The FTC lawyer then confronted Rogers with a 2012 e-mail chain on which he was copied, between Eric Reifschneider, the former senior vice president of its licensing business, and an executive at Sony. In the exchange, Reifschneider told a Sony executive that while Qualcomm had continued to ship chips to Sony while it hadn’t signed a patent license, “it will not be possible for that to continue” unless Sony signed the license.

“That’s a threat to cut to off chip supply to Sony, isn’t it?” Matheson asked Rogers.

“I think the Sony matter resolved quite amicably.”

“I didn’t ask whether it resolved amicably,” Matheson responded, before hitting Rogers with the same question. “That’s a threat to cut off chip supply to Sony, isn’t it?”

“I don’t know the full context of this,” Rogers protested.

“No further questions,” Matheson snapped, in an exchange that essentially ended Qualcomm’s defense in open court. The FTC is expected to present rebuttal witnesses as the trial continues Monday, with closing arguments scheduled Tuesday in San Jose.

— Expert testimony —

Much of Friday was taken up by more than three hours of testimony from one of Qualcomm’s key expert witnesses, Aviv Nevo, a former deputy assistant attorney general for economic analysis at the US Department of Justice's Antitrust Division.

Nevo testified that data from 1990 to 2015 shows that Qualcomm didn't leverage its market power in modem chips to force phonemakers to pay higher-than-reasonable rates to license its standard-essential patents. Nor did Qualcomm’s conduct create a “tax” on competition, as the FTC alleges, Nevo testified.

“My conclusion is that the FTC’s theory is just not borne out in actual market data, so there is no support for the theory in the data,” Nevo said.

For the past three decades, Qualcomm’s licenses have been based at about 5 percent of a device’s cost, a ratio that didn’t change significantly even as Qualcomm gained market power in chips. If Qualcomm was actually using its dominance in chips to extract higher-than-Frand patent royalties, that percentage would have increased or pulled back along with Qualcomm’s level of dominance, Nevo testified.

“The FTC theory’s prediction that there would be different rates during periods of high market power just is not borne out in the data,” Nevo said.

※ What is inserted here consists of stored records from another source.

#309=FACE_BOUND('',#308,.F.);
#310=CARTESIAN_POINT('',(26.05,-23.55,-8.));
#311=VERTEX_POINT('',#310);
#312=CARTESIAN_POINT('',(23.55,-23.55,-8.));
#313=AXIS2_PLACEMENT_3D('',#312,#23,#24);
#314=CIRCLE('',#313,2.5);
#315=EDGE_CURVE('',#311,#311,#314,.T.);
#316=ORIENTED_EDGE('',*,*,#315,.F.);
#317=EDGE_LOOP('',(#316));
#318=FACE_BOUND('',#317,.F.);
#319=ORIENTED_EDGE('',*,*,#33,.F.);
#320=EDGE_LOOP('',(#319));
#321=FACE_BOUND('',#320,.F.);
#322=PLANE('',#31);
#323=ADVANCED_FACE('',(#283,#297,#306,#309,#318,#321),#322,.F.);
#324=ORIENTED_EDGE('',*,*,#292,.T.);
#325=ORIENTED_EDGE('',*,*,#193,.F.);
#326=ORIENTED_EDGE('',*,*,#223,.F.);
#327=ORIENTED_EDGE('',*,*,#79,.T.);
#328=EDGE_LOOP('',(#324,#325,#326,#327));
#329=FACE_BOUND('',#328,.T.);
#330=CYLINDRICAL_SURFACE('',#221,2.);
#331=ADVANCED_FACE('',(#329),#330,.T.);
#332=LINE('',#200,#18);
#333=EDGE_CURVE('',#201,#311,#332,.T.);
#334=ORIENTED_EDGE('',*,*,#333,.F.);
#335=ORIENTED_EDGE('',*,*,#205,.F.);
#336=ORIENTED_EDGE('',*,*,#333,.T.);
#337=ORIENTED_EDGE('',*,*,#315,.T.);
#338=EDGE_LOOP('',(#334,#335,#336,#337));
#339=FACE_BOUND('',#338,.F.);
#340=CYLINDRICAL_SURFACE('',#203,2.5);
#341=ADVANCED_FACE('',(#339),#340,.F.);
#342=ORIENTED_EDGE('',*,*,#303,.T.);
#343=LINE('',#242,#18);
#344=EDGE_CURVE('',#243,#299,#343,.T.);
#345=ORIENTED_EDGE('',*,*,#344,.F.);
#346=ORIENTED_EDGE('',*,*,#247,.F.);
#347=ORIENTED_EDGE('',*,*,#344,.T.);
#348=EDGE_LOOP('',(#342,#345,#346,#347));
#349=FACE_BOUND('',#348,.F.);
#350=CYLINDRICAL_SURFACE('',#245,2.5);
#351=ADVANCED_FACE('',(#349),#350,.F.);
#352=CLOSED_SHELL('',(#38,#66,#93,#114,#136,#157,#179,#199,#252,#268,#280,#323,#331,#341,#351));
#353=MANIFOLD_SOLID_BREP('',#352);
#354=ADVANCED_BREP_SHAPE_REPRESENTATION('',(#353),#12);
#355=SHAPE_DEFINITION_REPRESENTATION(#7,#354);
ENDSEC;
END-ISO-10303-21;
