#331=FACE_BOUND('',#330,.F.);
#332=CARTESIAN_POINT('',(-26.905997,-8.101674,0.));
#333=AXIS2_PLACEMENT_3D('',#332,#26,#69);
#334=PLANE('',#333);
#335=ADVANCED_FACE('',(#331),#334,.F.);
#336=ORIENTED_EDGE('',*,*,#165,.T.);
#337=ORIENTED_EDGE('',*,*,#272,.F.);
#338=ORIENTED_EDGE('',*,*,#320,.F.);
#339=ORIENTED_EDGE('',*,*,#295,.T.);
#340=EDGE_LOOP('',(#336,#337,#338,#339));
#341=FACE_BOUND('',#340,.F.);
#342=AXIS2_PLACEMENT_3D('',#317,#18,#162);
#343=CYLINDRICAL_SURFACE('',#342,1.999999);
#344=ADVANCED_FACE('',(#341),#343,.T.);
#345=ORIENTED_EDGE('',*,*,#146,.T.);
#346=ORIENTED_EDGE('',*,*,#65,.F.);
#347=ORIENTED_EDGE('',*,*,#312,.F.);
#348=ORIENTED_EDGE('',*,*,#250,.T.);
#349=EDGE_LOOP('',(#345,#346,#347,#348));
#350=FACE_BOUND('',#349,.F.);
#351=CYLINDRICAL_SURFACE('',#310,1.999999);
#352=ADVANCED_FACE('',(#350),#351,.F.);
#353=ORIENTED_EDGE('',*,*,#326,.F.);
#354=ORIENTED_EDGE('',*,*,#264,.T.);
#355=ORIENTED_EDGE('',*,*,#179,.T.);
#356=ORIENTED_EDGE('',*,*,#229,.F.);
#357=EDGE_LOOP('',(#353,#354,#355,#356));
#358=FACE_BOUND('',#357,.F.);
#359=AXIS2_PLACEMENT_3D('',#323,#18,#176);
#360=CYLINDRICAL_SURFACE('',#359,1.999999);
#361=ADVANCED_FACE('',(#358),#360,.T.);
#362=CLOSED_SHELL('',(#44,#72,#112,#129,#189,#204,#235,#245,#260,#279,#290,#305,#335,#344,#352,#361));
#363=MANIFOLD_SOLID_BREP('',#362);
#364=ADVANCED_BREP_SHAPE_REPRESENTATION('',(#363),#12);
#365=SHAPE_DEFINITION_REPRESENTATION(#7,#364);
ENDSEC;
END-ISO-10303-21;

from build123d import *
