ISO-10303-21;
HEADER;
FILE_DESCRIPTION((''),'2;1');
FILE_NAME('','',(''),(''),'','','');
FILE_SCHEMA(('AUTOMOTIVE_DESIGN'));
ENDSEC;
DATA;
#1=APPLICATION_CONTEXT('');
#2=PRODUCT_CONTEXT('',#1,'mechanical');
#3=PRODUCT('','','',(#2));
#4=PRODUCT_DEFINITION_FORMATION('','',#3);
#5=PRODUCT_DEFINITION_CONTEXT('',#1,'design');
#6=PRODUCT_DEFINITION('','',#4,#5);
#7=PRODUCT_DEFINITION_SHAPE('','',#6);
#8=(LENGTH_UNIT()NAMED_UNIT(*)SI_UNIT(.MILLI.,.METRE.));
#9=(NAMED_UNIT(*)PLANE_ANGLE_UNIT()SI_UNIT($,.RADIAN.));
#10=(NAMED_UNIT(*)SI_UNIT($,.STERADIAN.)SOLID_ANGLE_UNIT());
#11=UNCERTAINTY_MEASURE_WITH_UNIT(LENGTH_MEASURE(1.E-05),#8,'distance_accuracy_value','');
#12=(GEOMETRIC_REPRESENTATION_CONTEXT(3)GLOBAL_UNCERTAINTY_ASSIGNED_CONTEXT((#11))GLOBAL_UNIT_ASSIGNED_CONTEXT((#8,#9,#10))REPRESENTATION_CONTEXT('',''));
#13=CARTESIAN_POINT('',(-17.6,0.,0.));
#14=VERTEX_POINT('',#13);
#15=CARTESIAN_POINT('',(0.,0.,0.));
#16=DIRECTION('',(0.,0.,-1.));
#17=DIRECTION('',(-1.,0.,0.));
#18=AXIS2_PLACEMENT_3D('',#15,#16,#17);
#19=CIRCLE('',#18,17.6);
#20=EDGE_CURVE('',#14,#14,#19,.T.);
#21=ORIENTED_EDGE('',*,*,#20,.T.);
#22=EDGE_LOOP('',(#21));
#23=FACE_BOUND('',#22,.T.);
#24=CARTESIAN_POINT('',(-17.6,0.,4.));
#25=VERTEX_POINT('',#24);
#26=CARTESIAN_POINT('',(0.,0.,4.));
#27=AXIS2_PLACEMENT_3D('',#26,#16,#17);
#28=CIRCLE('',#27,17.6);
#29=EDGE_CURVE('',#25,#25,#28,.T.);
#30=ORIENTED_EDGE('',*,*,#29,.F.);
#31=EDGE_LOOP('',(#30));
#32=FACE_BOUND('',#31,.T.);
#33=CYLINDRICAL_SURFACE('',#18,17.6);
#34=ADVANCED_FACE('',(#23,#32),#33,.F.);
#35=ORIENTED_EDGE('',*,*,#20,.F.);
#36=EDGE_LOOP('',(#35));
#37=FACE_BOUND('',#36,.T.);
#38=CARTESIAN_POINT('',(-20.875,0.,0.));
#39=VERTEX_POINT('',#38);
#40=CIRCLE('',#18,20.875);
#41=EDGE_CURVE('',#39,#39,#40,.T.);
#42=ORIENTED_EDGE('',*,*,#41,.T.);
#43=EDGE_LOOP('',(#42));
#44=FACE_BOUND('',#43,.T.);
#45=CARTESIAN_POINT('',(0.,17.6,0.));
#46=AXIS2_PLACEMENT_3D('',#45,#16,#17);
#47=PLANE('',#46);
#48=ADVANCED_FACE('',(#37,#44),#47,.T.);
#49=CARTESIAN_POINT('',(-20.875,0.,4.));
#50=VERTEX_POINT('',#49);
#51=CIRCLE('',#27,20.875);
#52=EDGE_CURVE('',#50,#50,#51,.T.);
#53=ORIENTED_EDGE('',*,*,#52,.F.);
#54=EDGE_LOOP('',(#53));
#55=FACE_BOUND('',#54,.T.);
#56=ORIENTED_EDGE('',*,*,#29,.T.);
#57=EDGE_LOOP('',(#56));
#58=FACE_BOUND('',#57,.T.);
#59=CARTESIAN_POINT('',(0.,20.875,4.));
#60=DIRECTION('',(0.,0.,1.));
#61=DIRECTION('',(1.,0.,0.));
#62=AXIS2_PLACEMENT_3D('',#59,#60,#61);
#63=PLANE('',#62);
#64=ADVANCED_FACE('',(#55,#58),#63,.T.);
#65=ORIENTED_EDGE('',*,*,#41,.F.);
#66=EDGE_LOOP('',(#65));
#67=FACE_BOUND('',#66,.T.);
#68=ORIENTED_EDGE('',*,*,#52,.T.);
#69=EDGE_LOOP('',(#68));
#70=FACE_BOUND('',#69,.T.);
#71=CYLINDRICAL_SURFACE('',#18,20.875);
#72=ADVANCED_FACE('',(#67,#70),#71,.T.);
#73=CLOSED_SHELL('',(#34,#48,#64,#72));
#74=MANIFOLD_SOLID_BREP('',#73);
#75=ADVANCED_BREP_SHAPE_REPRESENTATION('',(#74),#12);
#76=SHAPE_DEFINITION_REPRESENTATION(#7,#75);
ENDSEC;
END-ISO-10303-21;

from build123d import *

# Parameters (mm, degrees)
SKETCH1_W = 4
SKETCH1_H = 3.275


with BuildPart() as part:
    # Sketch1 → Revolve1 (revolve)
    with BuildSketch(Plane(origin=(0, 0, 0), x_dir=(0, 0, -1), z_dir=(1, 0, 0)), mode=Mode.PRIVATE) as revolve1_sk:
        with Locations((-2, 19.2375)):
            Rectangle(SKETCH1_W, SKETCH1_H)
    revolve(revolve1_sk.sketch.rotate(Axis((0, 0, 0), (0, 0, 1)), 90), axis=Axis((0, 0, 0), (0, 0, 1)))


solid = part.part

Nor has there been any harm to competition, he said, with the average price of handsets declining and the quality of products improving.

“What I found is at a high level, this is a thriving industry,” Nevo said, although he also acknowledged that he couldn't rule out that but for Qualcomm’s business practices, the improvements in the industry might have been even greater.

But, in testimony that seemed to be addressed to US District Judge Lucy Koh, Nevo said “there is a huge downside risk” of a ruling that changes the status quo of the industry, “really throwing it into chaos and really disrupting it. There is a real downside risk of any intervention in this industry.”

In the FTC’s cross-examination, FTC lawyer Jennifer Milici went hard at the quality of Nevo’s analysis, pointing out that he had omitted Qualcomm licenses with Samsung, Sony, Blackberry, LG Electronics and certain contracts with Huawei from his analysis. Nevo also acknowledged he had omitted government-dictated licensing agreements in China and South Korea.

“Do you have any idea what share of the handset market you included?” Milici asked Nevo, forcing the expert to answer, “I can’t tell you.”

Milici also questioned how Qualcomm’s license rate could be Frand, and stay so unchanged over more than two decades when mobile phone technology, Qualcomm’s market power and the size of Qualcomm’s patent portfolio had changed so radically.

“And yet this rate is consistent across 25 years?” Milici asked.

“Yeah, it seems like it’s consistently a Frand rate,” Nevo said.

In his redirect from Qualcomm lawyer Robert Van Nest, Nevo said two government-directed licenses in China and one in Korea couldn’t fairly be compared with negotiated deals between private companies. Nevo said he had to exclude the deals with Samsung and Sony because of fee arrangements between the companies that made those deals impossible to compare with other license royalties.

“They are really a different animal and it’s not clear how to compute an effective royalty rate that is comparable to the other,” Nevo said.